ICBC Goes To Taiwan With SinoPac

ICBC ties up with SinoPac

Despite a number of major advances in China-Taiwan relations these last few years, one area that has yet to see much progress is M&A by Chinese companies of their Taiwanese counterparts. Chinese banking giant ICBC (HKEx: 1398; Shanghai: 601398) is aiming to break that taboo with its newly announced plans to buy 20 percent of SinoPac Financial Holdings (Taipei: 2890) for about T$20 billion, or about $680 million. (HKEx announcement; English article) Announcement of the sale came the same day that Bank of Taiwan became the first Taiwanese lender to offering direct Taiwan dollar exchange services for China’s currency, the yuan, through its Shanghai branch. (English article)These 2 developments show that links between China and Taiwan continue to improve, following the election of China-friendly president Ma Ying-jeou back in 2008. But anyone who does the math will see that Ma has been in office for more than 5 years now, following his re-election last year, meaning that reforms are only coming very slowly. M&A of Taiwan companies has been a particularly sensitive area, and while this new ICBC deal is likely to close I also wouldn’t be surprised if it eventually collapsed.

Let’s take a closer look at the deal, which would make ICBC, China’s largest bank, the first Chinese lender to purchase a major stake in a Taiwanese counterpart. SinoPac is one of Taiwan’s largest financial holding companies, and ICBC’s purchase would give it a solid foothold in the relatively small but lucrative Taiwan financial services market.

This deal could been viewed as part of ICBC’s aggressive global expansion, which has included acquisitions and opening of new offices in such diverse markets as Argentina, the United States and the Middle East over the last 2 years. But unlike those other deals where ICBC bought controlling stakes, the bank will become only a minority shareholder in SinoPac due to Taiwanese laws that limit such purchases to a maximum 20 percent stake.

This deal reminds me of another one that made headlines back in 2009, when telecoms giant China Mobile (HKEx: 941; NYSE: CHL) announced it would purchase 12 percent of FarEastone (Taipei: 4904), one of Taiwan’s top 3 mobile carriers, for about $530 million. That deal was also announced in the euphoria that followed Ma’s first election, which ended 8 years of frosty relations between China and Taiwan. But the deal was never formally approved by Taiwan regulators, and 4 years later most assume it is dead.

Even less sensitive purchases of Chinese banks by their Taiwan counterparts have been slow to happen. One of the few such deals to date has been Fubon Financial’s (HKEx: 2881) purchase last year of 80 percent of a mid-sized Chinese lender called First Sino Bank for $900 million (previous post) But Fubon has been among the most aggressive of Taiwan’s banks in China, and few if any other major purchases have been announced today.

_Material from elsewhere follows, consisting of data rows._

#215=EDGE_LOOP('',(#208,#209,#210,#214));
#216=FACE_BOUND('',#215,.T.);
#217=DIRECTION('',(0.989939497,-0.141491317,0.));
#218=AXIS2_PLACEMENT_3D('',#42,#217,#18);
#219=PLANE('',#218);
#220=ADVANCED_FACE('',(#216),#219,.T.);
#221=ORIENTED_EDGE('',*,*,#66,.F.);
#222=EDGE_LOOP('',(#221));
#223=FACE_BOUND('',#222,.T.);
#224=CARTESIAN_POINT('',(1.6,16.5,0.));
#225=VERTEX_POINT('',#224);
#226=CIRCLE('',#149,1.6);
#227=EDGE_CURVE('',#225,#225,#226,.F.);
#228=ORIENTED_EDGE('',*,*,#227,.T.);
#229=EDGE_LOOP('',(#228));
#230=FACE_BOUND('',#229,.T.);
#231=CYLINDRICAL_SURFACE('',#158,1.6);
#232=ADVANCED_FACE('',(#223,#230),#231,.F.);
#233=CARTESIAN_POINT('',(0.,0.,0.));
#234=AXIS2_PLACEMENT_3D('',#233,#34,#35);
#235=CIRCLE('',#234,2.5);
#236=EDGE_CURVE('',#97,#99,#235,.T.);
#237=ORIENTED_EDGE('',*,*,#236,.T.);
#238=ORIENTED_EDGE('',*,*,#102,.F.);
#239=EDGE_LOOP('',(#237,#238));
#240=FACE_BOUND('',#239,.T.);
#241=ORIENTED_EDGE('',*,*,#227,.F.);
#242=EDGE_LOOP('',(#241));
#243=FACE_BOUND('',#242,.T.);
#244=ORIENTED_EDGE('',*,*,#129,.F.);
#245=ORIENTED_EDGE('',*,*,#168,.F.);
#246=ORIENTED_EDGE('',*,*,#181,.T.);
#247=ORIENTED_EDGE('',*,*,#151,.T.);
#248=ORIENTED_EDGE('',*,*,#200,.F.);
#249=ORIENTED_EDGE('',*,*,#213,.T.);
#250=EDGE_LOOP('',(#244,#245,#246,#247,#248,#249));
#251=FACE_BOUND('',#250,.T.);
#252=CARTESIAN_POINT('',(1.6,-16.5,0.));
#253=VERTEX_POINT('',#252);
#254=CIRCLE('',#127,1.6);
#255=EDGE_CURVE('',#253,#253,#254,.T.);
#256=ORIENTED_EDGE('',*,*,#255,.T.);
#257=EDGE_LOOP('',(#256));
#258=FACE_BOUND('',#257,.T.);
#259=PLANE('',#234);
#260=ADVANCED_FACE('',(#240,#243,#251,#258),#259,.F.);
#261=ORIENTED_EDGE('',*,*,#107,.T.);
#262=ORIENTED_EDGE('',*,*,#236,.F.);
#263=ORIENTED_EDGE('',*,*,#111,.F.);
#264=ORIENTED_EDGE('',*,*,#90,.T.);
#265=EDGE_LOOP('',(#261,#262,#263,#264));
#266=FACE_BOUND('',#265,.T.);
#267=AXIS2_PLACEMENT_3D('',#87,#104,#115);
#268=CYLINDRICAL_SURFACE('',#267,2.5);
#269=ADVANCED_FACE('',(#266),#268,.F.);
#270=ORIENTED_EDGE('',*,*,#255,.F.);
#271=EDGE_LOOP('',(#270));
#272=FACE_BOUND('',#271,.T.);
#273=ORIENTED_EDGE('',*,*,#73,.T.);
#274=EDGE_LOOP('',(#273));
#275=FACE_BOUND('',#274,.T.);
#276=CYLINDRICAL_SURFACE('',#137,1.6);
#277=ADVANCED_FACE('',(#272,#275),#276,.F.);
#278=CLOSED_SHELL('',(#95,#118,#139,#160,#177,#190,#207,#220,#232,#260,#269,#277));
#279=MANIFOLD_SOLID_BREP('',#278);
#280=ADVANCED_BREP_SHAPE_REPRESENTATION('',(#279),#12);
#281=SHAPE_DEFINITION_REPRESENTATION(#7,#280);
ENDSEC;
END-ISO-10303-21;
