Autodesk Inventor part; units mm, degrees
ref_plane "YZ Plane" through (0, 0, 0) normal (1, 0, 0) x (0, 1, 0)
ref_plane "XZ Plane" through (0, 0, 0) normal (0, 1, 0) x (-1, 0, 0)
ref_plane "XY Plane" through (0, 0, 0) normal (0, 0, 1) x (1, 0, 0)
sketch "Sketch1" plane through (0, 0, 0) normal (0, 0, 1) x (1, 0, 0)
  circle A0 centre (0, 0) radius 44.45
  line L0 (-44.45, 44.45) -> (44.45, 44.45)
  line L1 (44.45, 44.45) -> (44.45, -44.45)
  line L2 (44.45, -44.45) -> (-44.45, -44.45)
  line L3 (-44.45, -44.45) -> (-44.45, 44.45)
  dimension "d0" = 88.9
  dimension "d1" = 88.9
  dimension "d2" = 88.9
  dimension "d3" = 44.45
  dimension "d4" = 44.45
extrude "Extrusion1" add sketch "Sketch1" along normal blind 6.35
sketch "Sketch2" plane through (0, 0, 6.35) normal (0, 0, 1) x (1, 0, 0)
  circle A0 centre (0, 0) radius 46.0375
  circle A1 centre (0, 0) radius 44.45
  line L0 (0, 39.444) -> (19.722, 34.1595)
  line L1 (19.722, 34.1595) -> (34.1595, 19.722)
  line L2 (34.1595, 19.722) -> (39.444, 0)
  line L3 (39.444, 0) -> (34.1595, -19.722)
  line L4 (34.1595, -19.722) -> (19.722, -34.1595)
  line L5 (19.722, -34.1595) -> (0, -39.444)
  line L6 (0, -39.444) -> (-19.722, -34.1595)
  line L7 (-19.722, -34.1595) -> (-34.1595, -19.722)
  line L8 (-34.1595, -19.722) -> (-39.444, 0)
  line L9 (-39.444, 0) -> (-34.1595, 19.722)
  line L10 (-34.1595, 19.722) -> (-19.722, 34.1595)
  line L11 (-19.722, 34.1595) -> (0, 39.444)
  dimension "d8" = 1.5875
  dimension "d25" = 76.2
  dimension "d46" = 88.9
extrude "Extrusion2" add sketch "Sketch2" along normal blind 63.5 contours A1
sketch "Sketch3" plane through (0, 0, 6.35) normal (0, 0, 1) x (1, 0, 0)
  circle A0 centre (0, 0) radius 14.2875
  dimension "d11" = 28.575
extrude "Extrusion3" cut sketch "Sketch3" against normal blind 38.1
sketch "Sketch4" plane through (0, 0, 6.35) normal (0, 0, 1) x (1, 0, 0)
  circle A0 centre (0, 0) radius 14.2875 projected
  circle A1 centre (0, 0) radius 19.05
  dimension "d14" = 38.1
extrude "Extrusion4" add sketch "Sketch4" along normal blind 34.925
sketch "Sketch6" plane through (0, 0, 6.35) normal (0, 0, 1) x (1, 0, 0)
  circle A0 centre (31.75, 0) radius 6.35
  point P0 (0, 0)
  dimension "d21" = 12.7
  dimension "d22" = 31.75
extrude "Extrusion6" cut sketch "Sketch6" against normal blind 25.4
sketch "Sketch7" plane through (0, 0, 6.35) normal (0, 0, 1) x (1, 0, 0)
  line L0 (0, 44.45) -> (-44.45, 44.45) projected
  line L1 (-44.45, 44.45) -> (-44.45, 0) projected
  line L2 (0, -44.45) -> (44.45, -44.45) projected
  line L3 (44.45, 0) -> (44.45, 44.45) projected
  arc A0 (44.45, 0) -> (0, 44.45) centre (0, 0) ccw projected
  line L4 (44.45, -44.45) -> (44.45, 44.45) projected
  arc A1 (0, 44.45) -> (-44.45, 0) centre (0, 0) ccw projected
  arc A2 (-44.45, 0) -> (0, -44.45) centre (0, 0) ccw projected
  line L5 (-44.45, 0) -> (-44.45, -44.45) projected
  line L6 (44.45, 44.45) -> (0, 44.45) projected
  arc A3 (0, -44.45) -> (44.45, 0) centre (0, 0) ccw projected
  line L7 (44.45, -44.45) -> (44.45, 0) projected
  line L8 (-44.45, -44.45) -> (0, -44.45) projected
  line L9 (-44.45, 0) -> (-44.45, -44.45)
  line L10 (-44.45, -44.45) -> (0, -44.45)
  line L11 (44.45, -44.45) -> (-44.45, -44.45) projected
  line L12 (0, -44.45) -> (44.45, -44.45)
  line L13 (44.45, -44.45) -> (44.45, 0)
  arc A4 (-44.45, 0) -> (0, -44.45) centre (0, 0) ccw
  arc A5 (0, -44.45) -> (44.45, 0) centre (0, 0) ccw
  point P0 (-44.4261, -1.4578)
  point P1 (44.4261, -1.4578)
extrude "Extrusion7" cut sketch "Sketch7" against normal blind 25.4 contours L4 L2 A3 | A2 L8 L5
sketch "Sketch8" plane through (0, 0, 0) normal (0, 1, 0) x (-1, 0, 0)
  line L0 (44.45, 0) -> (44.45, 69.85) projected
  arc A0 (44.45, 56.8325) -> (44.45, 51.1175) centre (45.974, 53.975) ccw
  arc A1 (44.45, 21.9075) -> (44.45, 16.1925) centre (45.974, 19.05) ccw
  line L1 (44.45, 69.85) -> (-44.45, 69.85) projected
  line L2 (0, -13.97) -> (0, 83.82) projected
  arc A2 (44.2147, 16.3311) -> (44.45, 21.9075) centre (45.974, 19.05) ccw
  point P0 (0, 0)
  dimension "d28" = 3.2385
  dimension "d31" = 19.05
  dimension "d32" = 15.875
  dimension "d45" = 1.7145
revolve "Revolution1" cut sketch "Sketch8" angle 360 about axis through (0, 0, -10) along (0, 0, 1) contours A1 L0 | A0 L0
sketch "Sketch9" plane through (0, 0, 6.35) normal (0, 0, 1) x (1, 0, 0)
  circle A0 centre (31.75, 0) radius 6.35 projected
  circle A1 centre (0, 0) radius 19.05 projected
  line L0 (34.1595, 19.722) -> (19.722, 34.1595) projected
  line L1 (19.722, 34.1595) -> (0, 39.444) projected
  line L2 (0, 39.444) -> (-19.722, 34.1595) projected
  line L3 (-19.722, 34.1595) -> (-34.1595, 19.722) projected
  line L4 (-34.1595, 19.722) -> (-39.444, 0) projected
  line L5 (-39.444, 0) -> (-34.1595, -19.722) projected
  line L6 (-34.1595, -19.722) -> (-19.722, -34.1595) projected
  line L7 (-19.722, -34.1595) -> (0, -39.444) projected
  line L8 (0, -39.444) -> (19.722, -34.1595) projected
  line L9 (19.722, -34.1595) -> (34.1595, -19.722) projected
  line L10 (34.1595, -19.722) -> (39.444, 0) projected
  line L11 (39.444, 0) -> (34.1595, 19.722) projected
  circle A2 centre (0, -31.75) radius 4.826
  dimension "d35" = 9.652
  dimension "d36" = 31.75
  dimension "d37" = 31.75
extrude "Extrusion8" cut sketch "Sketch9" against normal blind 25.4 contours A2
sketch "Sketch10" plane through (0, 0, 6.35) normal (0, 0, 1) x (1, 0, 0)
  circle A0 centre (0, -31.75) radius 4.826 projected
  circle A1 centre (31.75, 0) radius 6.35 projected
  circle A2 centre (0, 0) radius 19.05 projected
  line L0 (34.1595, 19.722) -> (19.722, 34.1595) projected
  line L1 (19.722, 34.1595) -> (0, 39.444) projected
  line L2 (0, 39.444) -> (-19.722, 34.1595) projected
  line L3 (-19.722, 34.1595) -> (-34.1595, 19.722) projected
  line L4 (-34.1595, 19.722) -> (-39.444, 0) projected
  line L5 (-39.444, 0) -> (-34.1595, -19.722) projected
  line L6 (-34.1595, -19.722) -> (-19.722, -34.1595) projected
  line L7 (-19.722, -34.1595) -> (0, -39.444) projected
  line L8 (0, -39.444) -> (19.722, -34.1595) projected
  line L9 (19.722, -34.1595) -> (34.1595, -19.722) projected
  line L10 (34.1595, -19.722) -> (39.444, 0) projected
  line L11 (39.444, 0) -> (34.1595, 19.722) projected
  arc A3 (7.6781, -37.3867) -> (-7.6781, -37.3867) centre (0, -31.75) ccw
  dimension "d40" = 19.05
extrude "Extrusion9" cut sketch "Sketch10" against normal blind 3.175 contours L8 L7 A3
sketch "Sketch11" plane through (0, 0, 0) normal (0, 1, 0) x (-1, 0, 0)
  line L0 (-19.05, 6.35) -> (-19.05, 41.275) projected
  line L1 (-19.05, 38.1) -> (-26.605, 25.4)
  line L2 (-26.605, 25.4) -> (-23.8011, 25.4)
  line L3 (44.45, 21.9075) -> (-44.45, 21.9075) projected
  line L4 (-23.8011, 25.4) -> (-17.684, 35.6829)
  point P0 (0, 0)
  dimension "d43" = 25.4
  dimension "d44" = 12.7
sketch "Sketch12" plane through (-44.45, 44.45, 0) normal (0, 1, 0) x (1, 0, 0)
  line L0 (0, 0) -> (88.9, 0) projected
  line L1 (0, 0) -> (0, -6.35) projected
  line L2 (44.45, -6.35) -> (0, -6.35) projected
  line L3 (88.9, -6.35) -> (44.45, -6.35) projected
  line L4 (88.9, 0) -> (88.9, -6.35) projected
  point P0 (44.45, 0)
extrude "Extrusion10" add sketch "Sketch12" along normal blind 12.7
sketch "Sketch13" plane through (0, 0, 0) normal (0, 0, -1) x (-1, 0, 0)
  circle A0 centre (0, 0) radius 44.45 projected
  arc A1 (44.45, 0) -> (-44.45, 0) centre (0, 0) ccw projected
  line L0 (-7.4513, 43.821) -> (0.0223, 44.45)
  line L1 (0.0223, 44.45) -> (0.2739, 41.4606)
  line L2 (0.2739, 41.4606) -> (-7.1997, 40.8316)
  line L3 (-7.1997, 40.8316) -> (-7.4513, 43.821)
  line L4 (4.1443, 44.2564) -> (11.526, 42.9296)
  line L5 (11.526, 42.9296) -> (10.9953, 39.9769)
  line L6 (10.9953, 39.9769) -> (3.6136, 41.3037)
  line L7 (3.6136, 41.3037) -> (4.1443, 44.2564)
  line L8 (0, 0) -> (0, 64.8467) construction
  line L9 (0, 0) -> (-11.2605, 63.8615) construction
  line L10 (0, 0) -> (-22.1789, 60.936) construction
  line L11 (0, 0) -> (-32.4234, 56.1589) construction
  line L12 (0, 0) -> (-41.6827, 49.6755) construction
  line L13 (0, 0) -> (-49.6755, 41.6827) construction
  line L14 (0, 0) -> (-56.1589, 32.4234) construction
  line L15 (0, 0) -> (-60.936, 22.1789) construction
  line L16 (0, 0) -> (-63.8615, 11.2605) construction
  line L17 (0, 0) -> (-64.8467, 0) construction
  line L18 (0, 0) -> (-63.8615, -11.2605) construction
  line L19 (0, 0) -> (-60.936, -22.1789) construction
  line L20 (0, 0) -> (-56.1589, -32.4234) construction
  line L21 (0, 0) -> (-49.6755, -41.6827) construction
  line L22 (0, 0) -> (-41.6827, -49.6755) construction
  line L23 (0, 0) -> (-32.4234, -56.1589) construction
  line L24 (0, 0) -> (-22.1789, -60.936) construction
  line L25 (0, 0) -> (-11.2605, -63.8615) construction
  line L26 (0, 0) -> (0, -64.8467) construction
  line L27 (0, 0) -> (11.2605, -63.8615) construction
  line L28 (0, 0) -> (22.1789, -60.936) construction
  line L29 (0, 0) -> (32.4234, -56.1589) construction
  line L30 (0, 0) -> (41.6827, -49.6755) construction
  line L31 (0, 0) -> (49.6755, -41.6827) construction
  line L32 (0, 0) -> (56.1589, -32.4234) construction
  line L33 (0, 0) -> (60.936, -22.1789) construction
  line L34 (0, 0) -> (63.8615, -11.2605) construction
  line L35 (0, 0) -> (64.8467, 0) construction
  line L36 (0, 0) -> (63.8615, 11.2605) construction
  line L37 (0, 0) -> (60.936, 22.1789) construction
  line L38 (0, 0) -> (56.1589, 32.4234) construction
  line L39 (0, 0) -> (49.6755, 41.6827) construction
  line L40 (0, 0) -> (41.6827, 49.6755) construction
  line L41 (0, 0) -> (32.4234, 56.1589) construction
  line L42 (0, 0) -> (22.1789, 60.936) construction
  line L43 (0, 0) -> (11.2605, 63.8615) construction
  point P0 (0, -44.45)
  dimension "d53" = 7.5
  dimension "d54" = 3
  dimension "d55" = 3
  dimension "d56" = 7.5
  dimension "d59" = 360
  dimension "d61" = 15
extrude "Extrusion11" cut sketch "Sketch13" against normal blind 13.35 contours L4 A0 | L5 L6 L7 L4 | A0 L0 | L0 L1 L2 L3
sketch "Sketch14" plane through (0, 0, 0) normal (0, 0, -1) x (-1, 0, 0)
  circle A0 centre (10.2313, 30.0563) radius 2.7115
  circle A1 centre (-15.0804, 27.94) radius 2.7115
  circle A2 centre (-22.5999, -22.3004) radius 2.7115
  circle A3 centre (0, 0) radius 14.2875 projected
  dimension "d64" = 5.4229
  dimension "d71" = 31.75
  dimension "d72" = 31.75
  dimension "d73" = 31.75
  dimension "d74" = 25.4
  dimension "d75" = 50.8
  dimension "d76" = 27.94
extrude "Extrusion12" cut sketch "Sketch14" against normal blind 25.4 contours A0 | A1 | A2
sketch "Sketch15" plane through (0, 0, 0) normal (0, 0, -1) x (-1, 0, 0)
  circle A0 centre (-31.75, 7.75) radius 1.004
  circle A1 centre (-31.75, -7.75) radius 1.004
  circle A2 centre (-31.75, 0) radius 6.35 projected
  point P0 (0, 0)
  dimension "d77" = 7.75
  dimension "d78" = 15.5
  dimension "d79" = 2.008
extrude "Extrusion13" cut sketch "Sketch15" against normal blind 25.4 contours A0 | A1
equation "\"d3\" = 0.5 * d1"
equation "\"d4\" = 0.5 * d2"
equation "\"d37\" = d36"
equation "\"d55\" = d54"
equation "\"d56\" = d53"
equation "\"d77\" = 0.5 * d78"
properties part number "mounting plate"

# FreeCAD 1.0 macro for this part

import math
import FreeCAD as App
import Part
import Sketcher
Q = App.Units.Quantity

doc = App.newDocument("Part")
params = doc.addObject("Spreadsheet::Sheet", "Params")
for row, (alias, value) in enumerate([
    ("sketch1_width", "3.5 in"),
    ("pad1_length", "0.25 in"),
    ("sketch2_diameter", "3.5 in"),
    ("pad2_length", "2.5 in"),
    ("sketch3_diameter", "1.125 in"),
    ("pocket1_length", "1.5 in"),
    ("sketch4_diameter", "1.5 in"),
    ("sketch4_diameter2", "1.125 in"),
    ("pad3_length", "1.375 in"),
    ("sketch5_diameter", "0.5 in"),
    ("pocket2_length", "1 in"),
    ("sketch6_radius", "1.75 in"),
    ("pocket3_length", "1 in"),
    ("sketch7_height", "0.225 in"),
    ("groove_angle", "360 deg"),
    ("sketch8_diameter", "0.38 in"),
    ("pocket4_length", "1 in"),
    ("sketch9_radius", "0.375 in"),
    ("sketch9_diameter", "0.38 in"),
    ("pocket5_length", "0.125 in"),
    ("sketch10_width", "3.5 in"),
    ("sketch10_height", "0.25 in"),
    ("pad4_length", "0.5 in"),
    ("sketch11_radius", "1.75 in"),
    ("pocket6_length", "0.5255906 in"),
    ("pocket7_length", "1 in"),
    ("pocket8_length", "1 in"),
], start=1):
    params.set(f"A{row}", alias)
    params.set(f"B{row}", "=" + value)
    params.setAlias(f"B{row}", alias)

body = doc.addObject("PartDesign::Body", "Body")

# Sketch on XY plane
sketch1 = body.newObject("Sketcher::SketchObject", "Sketch")
sketch1.AttachmentSupport = (doc.getObject("XY_Plane"), [""])
sketch1.MapMode = "FlatFace"
sketch1.addGeometry([
    Part.LineSegment(App.Vector(44, -44, 0), App.Vector(44, 44, 0)),
    Part.LineSegment(App.Vector(44, 44, 0), App.Vector(-44, 44, 0)),
    Part.LineSegment(App.Vector(-44, 44, 0), App.Vector(-44, -44, 0)),
    Part.LineSegment(App.Vector(-44, -44, 0), App.Vector(44, -44, 0)),
], False)
sketch1.addConstraint([
    Sketcher.Constraint("Coincident", 0, 2, 1, 1),
    Sketcher.Constraint("Coincident", 1, 2, 2, 1),
    Sketcher.Constraint("Coincident", 2, 2, 3, 1),
    Sketcher.Constraint("Coincident", 3, 2, 0, 1),
    Sketcher.Constraint("Vertical", 0),
    Sketcher.Constraint("Horizontal", 1),
    Sketcher.Constraint("Vertical", 2),
    Sketcher.Constraint("Horizontal", 3),
    Sketcher.Constraint("Symmetric", 0, 2, 2, 2, -1, 1),
    Sketcher.Constraint("Equal", 3, 0),
    Sketcher.Constraint("DistanceX", 1, 2, 1, 1, Q("3.5 in")),
])
sketch1.setExpression("Constraints[10]", "Params.sketch1_width")
pad1 = body.newObject("PartDesign::Pad", "Pad")
pad1.Profile = sketch1
pad1.setExpression("Length", "Params.pad1_length")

Meantime, the Bank of Taiwan deal also marks a major step forward for China-Taiwan relations by finally allowing people in China to use their yuan to purchase Taiwan dollars without a middleman. The deal was made possible by an agreement between Bank of Taiwan and China’s central bank, the People’s Bank of China. But again, I need to point out that what seems like a relatively straightforward development has taken 5 years to achieve since cross-strait relations began to improve.

So all of that said, what are the chances of success for this latest ICBC-SinoPac tie-up, and what’s the potential for similar deals in the future? I would give this purchase a 70 percent chance of success. Unlike the China Mobile deal, which looked set to fail from the start, this purchase will probably get approved because it is actually allowable under current Taiwan law. At the end of the day, these kinds of cross-strait M&A deals will remain slow and painful for at least the next 2-3 years as China and Taiwan continue to grow more comfortable with each other.

Bottom line: ICBC’s purchase of 20 percent of SinoPac is likely close, but won’t be followed by a flood of similar cross-strait deals.